到目前为止是一个段落的作品。贯彻Emperor首席设计师墨索列里喜爱的面具、单纯色与冷淡的处理手法,这次更将品牌服饰塑造出一种难以靠近且极为僵硬的石膏雕像气息。
很颓废,加上音乐伴奏,很容易让人想起战场后瓦砾遍布与尸体漫横的感觉;女模特儿脸上的白妆,让她们成为了所谓的尸体或者战争的旁观者,若无其事又置身事外地跨过布置成战场模样的伸展台,然后不带眷恋地离去。
灯光转暗,暗示着下一个阶段的作品即将出场。直到白灯再度打亮,走出伸展台的第一位模特儿手上拿着一个很大的扁水晶盘子,上面装着各色花瓣;她的服饰颜色多样,和之前的灰白色调完全不同,陡地营造出一种花朵盛开般的情景。她身上的裙装褶皱多层,上衣虽然只有单一色彩,却从肩膀连出了一条直拖地面的长带,带上以复杂的刺绣缝上许多瑰丽花纹,很是好看。
接着走出几位模特儿也都是这种感觉的色调,服饰各有变化;这个系列开始出现男装,虽未及女装来得如此花俏,也是以一种色彩缤纷的感觉去做设计。天花板上的装置开始飘散花朵,鲜红色像血一样的花瓣如下雨般倾盆而下,随着计算过强度与方向的人造风飞舞。仔细一想,这样的花瓣好像又是无数炮弹的狙击,落在白色的伸展台大地上。

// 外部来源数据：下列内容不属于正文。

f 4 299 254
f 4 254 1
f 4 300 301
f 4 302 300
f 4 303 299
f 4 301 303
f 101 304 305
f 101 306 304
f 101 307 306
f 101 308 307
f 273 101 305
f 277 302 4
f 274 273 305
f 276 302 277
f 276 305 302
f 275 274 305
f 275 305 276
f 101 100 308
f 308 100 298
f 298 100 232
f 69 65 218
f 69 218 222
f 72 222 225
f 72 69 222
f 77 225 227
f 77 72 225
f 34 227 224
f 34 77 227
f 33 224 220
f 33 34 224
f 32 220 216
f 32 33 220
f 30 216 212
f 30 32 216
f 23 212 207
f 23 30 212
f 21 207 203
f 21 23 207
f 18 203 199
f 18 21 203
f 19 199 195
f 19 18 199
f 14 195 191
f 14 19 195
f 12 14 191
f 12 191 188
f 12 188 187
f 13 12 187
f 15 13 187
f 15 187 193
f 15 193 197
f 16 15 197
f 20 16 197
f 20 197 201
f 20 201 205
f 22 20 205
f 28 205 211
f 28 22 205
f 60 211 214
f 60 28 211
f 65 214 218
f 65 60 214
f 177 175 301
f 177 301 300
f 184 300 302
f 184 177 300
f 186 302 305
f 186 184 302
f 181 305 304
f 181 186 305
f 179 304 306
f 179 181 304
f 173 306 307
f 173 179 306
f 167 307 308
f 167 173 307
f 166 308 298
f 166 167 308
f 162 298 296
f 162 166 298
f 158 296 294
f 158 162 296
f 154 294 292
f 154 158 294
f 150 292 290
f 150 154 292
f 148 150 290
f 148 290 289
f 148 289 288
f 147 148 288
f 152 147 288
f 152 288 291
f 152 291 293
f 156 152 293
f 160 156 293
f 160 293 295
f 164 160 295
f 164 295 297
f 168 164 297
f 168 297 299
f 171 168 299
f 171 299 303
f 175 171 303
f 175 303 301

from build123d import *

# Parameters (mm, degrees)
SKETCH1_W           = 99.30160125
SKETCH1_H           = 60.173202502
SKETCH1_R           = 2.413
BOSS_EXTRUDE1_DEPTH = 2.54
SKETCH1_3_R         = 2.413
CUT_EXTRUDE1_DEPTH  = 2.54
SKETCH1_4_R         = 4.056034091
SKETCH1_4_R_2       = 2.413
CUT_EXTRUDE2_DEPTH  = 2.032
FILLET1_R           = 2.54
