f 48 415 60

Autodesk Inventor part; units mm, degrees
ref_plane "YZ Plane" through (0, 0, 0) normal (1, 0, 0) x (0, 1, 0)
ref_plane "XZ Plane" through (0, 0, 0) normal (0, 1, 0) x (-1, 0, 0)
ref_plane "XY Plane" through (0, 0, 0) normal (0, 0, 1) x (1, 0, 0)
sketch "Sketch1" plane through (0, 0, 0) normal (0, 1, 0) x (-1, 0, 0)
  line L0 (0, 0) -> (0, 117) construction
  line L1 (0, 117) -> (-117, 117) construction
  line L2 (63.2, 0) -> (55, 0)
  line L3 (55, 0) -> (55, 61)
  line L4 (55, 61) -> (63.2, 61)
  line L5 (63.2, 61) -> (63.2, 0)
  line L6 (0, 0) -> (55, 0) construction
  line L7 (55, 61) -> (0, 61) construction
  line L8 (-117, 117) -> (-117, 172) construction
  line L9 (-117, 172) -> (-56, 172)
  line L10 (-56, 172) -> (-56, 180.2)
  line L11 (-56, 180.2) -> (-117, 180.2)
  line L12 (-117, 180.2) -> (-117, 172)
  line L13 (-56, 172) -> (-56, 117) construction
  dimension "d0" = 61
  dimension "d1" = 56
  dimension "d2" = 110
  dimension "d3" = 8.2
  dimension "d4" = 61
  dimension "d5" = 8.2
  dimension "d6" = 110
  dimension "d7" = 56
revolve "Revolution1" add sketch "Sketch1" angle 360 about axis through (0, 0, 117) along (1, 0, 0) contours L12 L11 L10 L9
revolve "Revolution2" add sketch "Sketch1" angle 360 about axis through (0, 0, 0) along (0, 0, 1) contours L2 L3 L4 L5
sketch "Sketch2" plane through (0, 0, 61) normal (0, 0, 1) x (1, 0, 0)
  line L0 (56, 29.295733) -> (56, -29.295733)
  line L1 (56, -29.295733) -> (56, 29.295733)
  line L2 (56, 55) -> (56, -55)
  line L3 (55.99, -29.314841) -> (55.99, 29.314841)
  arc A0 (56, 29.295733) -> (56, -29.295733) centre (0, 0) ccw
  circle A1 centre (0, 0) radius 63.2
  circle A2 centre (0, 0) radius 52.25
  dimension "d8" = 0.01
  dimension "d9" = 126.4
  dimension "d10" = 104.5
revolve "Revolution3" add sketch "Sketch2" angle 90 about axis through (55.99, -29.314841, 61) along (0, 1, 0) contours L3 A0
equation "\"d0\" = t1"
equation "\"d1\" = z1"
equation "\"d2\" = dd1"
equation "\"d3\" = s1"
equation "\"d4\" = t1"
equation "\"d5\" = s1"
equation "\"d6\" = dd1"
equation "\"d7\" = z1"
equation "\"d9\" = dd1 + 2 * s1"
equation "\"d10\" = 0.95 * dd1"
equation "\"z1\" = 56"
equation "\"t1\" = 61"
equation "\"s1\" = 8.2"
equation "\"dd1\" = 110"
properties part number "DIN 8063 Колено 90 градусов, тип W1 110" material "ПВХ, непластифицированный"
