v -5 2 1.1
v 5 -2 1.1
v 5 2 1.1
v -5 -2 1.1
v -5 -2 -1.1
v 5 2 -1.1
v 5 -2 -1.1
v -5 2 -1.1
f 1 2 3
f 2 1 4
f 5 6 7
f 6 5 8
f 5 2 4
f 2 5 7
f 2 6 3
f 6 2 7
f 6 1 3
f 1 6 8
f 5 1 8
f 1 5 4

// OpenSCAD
//OLED Spacer

$fn=60;

cube(size = [10,4,2.2], center = true);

弦乐再度出现,原本极富色彩与欢乐感的服饰此时皆弥漫着一股异样气息。观众想起伸展台上的尸体、血液、坦克和各种兵器,当模特儿穿着夸张的彩虹鞋踩过刀枪和尸体的时候,那种生与死的对比陡然显眼了起来──一线之隔的恐惧,将“战争”的主题表达地淋漓尽致。